→ **ACTIVITY**:
Only the stretch of the listing below that runs from the line with "f 408 403 411" through the line with "f 435 436 437" is to be printed, exactly and with both ends.

→ **SOURCE DATA**:
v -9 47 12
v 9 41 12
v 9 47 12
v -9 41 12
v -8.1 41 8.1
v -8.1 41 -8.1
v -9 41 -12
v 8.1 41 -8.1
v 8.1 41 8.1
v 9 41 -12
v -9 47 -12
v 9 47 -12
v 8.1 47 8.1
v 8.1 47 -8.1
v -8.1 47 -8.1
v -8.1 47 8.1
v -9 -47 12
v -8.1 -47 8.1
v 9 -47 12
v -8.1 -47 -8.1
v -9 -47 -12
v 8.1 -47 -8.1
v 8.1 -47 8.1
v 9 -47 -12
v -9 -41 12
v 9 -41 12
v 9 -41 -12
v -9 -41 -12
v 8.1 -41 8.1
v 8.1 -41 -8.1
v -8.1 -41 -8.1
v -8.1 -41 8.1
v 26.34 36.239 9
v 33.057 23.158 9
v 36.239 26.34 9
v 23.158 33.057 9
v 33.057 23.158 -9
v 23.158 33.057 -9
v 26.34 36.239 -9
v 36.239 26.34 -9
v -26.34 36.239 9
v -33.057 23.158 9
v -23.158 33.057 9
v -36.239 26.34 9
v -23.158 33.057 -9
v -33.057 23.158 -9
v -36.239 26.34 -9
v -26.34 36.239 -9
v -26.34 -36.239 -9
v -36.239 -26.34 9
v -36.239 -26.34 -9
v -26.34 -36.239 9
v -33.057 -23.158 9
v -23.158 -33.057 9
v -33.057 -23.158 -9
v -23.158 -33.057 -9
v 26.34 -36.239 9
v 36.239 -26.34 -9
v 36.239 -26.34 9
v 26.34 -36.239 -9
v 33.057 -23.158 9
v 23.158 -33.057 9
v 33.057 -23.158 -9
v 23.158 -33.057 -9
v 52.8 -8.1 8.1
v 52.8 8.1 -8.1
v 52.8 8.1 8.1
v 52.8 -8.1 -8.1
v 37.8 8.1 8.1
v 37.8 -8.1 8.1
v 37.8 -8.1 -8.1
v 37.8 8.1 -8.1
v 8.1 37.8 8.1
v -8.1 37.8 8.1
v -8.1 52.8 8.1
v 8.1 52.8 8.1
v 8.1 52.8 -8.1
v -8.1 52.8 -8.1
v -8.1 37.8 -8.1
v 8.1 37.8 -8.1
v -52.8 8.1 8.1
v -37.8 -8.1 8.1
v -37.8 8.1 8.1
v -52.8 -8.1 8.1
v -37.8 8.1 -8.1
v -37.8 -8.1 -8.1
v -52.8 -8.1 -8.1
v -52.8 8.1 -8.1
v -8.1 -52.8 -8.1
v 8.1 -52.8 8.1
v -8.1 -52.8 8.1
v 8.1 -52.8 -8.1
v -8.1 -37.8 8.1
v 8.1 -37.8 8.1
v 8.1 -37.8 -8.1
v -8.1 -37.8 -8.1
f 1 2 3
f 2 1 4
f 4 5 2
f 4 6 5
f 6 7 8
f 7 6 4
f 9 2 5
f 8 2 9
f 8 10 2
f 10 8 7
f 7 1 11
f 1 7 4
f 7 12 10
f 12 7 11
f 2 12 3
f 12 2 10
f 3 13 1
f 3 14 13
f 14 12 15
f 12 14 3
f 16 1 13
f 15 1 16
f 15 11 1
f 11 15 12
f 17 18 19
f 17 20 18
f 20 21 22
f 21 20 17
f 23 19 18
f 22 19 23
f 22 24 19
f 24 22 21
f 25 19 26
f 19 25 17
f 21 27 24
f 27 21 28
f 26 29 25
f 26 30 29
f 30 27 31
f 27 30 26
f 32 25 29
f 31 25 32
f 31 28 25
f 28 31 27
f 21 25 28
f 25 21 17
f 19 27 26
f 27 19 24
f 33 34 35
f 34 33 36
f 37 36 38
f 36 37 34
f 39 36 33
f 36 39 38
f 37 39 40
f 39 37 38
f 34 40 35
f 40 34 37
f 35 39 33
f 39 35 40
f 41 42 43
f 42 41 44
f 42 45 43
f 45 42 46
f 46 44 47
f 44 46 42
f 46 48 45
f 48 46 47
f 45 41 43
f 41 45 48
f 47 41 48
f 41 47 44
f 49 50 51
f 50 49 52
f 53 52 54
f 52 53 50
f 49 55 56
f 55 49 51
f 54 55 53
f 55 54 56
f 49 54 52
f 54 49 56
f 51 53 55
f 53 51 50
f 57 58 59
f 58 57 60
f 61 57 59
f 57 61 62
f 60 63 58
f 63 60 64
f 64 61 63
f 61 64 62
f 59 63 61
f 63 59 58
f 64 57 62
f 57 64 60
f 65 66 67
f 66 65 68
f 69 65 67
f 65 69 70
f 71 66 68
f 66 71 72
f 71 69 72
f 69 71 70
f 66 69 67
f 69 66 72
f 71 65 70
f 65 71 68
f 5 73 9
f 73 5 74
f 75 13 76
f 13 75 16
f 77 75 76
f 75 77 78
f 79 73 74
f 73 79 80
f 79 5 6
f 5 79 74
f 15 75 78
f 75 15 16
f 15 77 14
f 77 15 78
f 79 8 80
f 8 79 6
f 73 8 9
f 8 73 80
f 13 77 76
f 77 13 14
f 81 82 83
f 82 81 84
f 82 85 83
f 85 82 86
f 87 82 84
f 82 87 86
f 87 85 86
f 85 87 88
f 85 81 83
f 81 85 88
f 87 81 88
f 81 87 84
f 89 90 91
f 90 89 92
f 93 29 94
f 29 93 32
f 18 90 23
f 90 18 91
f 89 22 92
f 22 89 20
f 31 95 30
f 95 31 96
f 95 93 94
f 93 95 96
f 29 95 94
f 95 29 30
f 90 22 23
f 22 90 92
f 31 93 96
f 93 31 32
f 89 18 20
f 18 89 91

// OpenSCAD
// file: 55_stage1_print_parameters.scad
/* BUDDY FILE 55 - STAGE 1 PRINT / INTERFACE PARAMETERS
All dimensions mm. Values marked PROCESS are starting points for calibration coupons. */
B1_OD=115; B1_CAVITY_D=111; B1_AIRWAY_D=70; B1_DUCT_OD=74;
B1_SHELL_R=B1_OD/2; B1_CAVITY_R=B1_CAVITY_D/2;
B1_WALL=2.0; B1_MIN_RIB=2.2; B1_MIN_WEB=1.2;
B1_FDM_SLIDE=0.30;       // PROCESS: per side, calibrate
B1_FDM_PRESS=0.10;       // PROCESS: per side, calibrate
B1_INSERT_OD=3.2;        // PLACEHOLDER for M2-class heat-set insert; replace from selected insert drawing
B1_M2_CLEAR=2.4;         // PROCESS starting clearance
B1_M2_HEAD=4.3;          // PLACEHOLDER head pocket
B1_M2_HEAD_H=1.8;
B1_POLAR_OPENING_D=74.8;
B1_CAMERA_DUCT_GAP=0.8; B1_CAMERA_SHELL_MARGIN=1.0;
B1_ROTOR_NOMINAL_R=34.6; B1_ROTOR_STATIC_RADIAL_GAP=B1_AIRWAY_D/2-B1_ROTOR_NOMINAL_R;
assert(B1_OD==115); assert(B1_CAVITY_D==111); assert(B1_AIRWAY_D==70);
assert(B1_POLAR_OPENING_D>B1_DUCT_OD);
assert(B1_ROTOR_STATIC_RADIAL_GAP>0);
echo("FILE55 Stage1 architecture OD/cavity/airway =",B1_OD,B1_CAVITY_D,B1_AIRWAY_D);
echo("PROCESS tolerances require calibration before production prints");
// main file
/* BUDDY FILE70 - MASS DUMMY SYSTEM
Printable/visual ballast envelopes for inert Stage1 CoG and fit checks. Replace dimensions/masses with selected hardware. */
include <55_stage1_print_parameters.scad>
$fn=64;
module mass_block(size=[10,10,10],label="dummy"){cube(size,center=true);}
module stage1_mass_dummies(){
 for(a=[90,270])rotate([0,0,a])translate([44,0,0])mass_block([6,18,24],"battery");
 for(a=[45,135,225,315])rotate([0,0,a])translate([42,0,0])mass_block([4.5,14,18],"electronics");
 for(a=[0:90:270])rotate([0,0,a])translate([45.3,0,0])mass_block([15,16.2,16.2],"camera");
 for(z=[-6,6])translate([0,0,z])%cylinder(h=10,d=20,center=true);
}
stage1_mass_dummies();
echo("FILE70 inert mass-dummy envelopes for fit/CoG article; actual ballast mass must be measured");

--

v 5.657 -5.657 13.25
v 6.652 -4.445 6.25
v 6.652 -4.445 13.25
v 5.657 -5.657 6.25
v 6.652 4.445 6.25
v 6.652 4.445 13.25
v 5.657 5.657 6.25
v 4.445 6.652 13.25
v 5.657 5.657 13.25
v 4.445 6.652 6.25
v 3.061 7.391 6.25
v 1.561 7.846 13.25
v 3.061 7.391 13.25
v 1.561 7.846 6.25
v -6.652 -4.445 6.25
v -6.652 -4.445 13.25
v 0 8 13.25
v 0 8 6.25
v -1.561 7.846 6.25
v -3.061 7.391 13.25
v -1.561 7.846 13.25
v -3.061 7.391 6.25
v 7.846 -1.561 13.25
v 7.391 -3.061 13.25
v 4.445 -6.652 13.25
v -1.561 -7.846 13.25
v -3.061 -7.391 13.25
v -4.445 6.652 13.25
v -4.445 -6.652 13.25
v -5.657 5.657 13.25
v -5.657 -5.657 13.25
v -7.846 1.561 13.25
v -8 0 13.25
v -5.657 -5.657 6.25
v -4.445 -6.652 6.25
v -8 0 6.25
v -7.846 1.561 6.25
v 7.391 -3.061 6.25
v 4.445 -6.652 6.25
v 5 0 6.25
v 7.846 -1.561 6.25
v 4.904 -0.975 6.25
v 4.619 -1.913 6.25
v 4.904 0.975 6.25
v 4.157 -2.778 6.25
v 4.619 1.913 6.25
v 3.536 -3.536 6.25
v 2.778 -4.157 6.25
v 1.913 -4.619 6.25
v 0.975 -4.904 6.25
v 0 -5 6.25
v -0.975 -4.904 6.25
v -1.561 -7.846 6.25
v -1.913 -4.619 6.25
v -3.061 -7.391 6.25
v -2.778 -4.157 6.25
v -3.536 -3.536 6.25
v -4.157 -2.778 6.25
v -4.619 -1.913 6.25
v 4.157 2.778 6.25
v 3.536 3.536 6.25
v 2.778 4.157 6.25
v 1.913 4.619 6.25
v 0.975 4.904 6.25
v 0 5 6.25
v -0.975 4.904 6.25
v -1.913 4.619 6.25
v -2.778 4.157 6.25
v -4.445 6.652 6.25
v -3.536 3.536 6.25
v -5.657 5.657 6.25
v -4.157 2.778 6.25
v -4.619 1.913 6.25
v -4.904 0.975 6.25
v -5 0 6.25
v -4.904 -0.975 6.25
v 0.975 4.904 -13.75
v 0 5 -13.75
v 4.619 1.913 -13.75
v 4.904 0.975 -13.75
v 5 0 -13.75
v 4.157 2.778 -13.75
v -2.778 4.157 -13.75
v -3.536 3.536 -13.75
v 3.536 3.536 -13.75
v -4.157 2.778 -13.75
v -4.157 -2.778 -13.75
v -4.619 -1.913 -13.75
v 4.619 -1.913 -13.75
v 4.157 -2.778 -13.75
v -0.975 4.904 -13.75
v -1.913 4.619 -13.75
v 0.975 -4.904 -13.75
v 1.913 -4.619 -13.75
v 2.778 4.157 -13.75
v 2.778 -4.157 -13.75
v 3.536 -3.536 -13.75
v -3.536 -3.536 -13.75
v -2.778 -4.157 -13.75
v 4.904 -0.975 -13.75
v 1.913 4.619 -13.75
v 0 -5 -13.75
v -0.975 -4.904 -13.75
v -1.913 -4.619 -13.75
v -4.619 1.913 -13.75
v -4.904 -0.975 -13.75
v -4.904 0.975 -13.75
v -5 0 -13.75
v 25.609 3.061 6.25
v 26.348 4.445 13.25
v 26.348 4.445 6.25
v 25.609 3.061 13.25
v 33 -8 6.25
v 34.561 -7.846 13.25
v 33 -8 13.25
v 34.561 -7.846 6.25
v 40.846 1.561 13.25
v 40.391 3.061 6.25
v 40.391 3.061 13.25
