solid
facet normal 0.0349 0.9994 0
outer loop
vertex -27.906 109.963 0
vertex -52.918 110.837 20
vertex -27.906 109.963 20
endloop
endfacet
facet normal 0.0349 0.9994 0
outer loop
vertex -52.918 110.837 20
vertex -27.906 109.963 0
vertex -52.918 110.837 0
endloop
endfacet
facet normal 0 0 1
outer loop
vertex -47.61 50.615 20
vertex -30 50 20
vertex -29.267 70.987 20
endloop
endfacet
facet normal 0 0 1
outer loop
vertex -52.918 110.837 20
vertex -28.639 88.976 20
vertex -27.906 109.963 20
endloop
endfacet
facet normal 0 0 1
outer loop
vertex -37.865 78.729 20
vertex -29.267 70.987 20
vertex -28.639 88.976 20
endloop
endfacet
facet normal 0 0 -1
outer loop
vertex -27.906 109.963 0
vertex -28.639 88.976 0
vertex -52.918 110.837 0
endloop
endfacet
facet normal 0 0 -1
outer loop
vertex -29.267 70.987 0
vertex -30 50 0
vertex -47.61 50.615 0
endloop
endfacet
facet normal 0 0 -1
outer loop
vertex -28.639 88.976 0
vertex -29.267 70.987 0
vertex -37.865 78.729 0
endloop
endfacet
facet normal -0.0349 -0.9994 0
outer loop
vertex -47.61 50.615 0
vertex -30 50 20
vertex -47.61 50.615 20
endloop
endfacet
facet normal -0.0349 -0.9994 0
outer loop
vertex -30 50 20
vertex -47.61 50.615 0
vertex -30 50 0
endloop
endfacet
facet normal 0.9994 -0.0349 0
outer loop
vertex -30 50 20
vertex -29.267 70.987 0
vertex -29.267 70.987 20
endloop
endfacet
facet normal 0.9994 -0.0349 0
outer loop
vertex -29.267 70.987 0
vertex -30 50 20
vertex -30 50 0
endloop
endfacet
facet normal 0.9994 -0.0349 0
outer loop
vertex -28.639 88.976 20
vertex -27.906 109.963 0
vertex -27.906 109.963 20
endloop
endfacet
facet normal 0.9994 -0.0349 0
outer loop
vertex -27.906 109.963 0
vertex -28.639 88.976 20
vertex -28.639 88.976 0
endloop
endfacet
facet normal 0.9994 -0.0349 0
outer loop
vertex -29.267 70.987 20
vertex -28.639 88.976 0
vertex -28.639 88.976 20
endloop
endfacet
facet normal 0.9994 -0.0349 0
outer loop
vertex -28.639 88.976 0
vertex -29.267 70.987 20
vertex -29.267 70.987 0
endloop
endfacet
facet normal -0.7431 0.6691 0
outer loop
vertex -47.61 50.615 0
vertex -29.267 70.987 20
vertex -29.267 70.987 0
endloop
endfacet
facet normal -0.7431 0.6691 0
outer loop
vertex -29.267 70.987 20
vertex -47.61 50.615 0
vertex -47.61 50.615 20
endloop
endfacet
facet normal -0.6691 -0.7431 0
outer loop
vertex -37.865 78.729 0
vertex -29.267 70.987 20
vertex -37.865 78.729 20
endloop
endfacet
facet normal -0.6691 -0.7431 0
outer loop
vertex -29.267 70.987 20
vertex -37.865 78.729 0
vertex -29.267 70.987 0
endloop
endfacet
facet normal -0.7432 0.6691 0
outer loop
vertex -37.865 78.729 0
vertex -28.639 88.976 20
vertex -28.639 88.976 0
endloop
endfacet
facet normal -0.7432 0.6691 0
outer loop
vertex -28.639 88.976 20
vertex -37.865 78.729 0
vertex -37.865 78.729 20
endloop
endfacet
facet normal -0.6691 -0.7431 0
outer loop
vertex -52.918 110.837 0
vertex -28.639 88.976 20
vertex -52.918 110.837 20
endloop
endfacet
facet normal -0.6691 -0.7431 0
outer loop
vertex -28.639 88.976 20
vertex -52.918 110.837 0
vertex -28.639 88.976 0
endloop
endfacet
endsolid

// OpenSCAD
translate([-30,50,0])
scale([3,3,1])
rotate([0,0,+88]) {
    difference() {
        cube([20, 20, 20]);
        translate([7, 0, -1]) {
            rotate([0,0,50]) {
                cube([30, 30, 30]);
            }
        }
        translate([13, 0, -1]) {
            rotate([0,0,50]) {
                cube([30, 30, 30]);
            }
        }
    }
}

==

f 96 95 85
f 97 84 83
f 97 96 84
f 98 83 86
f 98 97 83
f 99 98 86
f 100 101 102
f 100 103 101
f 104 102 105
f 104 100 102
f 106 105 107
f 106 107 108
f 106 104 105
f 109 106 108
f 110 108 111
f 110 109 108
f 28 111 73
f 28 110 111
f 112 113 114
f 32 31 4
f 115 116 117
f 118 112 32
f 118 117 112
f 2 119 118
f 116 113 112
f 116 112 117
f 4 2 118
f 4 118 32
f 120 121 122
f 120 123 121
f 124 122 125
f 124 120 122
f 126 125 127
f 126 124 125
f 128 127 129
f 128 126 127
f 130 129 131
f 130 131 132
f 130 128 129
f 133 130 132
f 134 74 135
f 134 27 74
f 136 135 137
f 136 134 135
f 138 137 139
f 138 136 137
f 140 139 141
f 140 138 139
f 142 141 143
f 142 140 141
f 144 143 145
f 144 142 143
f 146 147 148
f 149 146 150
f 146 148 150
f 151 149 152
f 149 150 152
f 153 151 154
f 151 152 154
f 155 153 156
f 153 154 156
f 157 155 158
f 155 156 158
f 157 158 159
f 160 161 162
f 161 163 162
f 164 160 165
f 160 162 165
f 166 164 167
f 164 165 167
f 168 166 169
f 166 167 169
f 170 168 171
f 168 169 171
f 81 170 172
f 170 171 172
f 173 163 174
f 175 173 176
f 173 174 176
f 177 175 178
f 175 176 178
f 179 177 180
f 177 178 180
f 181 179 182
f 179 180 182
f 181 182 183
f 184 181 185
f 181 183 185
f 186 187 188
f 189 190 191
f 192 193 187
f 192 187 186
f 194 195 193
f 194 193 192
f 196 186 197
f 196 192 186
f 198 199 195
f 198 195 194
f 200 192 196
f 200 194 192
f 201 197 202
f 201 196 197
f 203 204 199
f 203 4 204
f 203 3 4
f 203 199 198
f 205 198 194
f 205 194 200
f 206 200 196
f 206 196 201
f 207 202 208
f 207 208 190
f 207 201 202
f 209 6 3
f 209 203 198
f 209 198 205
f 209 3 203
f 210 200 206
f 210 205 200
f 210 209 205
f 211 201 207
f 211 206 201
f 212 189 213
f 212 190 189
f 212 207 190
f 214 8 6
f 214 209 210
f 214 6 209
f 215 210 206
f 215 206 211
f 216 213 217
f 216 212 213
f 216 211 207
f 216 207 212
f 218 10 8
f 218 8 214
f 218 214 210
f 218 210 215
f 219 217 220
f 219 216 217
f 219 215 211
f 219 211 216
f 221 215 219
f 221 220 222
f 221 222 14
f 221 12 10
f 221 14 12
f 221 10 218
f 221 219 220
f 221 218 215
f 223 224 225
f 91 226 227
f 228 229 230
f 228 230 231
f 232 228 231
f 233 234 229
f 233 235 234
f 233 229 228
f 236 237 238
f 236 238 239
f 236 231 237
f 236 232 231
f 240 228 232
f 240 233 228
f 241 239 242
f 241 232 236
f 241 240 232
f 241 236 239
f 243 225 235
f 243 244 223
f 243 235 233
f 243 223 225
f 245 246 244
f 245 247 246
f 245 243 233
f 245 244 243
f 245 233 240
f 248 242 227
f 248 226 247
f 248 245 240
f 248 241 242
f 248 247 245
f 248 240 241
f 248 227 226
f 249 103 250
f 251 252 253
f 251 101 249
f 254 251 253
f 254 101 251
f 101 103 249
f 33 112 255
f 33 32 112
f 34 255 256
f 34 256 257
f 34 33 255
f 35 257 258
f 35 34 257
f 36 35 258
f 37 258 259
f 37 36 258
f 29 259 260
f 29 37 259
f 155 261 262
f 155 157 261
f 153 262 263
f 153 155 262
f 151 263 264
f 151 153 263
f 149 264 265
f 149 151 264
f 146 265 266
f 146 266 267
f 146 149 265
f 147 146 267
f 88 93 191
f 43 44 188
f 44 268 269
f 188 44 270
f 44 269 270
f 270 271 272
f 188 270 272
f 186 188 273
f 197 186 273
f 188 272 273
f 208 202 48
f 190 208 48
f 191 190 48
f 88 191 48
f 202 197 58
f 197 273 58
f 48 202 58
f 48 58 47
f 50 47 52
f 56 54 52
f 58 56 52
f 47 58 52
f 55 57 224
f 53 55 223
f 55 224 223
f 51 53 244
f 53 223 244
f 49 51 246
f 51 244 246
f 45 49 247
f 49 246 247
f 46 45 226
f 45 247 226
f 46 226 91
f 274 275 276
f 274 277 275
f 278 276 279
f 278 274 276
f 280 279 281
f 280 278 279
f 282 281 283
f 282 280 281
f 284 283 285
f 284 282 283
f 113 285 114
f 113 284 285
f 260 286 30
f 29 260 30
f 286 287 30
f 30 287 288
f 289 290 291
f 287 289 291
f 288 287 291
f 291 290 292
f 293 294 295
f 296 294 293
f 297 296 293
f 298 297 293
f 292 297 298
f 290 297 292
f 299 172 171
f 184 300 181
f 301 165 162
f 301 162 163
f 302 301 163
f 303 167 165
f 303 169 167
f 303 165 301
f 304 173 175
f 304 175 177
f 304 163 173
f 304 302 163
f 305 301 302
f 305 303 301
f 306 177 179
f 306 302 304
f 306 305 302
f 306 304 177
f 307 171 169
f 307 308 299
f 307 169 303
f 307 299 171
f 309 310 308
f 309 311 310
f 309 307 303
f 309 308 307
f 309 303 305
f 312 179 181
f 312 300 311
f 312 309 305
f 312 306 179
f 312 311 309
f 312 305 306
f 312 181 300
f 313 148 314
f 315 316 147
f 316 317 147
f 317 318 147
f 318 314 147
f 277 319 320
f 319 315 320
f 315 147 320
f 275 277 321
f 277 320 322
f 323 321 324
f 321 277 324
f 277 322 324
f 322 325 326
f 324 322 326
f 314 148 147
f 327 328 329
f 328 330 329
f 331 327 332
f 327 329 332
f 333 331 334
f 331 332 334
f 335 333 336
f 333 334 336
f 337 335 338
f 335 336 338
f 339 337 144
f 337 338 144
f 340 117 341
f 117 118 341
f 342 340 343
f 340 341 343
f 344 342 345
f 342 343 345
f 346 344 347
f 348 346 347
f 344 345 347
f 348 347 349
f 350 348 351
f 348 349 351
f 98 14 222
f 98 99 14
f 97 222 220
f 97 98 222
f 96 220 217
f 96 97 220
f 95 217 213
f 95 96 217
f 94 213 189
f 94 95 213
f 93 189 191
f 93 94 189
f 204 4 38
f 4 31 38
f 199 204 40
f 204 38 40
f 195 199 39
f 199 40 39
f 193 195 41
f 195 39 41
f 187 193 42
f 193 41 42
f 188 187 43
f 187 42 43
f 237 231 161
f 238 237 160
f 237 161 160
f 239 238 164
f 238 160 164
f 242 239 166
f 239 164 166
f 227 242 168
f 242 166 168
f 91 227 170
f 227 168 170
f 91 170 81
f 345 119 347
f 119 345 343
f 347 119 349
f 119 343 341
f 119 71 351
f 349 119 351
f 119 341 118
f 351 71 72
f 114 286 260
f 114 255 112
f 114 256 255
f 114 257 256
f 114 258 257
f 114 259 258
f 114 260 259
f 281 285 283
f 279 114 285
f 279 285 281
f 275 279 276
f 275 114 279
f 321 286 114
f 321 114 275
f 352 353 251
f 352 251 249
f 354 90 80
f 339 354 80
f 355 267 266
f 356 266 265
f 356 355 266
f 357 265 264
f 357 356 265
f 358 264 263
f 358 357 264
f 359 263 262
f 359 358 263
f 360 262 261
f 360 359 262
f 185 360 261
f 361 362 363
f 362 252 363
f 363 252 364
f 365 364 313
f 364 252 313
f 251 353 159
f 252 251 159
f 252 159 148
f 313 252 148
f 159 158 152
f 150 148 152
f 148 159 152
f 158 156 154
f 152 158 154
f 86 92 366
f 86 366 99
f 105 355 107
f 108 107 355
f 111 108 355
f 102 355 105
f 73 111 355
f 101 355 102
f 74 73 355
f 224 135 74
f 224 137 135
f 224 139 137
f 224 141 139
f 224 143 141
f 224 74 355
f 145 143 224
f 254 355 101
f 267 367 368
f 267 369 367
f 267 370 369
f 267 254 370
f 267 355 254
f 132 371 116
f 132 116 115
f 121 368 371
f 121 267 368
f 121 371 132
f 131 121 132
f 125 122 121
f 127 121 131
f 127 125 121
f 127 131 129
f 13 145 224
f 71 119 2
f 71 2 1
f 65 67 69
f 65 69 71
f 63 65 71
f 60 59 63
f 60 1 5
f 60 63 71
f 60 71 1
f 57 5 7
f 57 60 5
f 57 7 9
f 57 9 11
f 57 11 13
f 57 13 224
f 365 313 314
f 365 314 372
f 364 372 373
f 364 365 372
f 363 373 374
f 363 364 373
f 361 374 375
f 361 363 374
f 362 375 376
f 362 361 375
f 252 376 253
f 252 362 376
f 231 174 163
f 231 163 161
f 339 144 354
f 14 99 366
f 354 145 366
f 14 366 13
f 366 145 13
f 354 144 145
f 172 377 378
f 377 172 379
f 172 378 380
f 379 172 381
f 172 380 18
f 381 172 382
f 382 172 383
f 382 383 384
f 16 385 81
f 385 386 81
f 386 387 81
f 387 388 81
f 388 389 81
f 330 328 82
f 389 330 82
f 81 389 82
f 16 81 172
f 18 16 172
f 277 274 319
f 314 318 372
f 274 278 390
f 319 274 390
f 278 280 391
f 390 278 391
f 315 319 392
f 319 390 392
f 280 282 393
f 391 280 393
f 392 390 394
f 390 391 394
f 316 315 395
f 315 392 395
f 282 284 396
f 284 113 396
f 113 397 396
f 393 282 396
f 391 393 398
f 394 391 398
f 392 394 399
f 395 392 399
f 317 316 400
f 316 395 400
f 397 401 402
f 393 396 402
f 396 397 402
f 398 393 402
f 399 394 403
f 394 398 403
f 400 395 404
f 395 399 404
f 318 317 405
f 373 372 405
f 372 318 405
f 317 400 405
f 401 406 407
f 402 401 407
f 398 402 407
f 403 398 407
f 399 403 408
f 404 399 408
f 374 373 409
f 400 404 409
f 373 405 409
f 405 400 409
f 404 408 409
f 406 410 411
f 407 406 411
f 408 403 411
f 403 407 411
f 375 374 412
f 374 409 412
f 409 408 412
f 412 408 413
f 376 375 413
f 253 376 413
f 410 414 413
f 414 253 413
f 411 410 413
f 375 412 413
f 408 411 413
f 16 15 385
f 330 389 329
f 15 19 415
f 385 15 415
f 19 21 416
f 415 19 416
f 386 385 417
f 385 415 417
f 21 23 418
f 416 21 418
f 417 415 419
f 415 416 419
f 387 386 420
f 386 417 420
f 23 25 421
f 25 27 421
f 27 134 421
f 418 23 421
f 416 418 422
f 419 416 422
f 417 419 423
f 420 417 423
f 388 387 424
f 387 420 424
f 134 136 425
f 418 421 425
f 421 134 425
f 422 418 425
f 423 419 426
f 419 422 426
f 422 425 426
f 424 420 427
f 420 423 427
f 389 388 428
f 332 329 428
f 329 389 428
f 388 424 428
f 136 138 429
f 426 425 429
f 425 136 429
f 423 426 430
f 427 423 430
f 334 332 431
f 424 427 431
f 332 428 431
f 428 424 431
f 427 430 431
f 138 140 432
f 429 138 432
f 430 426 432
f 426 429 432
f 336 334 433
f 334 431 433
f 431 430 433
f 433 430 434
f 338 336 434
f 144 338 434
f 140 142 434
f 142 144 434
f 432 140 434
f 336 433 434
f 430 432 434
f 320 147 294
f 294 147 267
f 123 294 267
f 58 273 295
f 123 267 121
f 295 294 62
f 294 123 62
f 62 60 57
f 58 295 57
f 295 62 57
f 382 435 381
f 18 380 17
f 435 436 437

→ **ANSWER TO THIS TASK**:
f 408 403 411
f 403 407 411
f 375 374 412
f 374 409 412
f 409 408 412
f 412 408 413
f 376 375 413
f 253 376 413
f 410 414 413
f 414 253 413
f 411 410 413
f 375 412 413
f 408 411 413
f 16 15 385
f 330 389 329
f 15 19 415
f 385 15 415
f 19 21 416
f 415 19 416
f 386 385 417
f 385 415 417
f 21 23 418
f 416 21 418
f 417 415 419
f 415 416 419
f 387 386 420
f 386 417 420
f 23 25 421
f 25 27 421
f 27 134 421
f 418 23 421
f 416 418 422
f 419 416 422
f 417 419 423
f 420 417 423
f 388 387 424
f 387 420 424
f 134 136 425
f 418 421 425
f 421 134 425
f 422 418 425
f 423 419 426
f 419 422 426
f 422 425 426
f 424 420 427
f 420 423 427
f 389 388 428
f 332 329 428
f 329 389 428
f 388 424 428
f 136 138 429
f 426 425 429
f 425 136 429
f 423 426 430
f 427 423 430
f 334 332 431
f 424 427 431
f 332 428 431
f 428 424 431
f 427 430 431
f 138 140 432
f 429 138 432
f 430 426 432
f 426 429 432
f 336 334 433
f 334 431 433
f 431 430 433
f 433 430 434
f 338 336 434
f 144 338 434
f 140 142 434
f 142 144 434
f 432 140 434
f 336 433 434
f 430 432 434
f 320 147 294
f 294 147 267
f 123 294 267
f 58 273 295
f 123 267 121
f 295 294 62
f 294 123 62
f 62 60 57
f 58 295 57
f 295 62 57
f 382 435 381
f 18 380 17
f 435 436 437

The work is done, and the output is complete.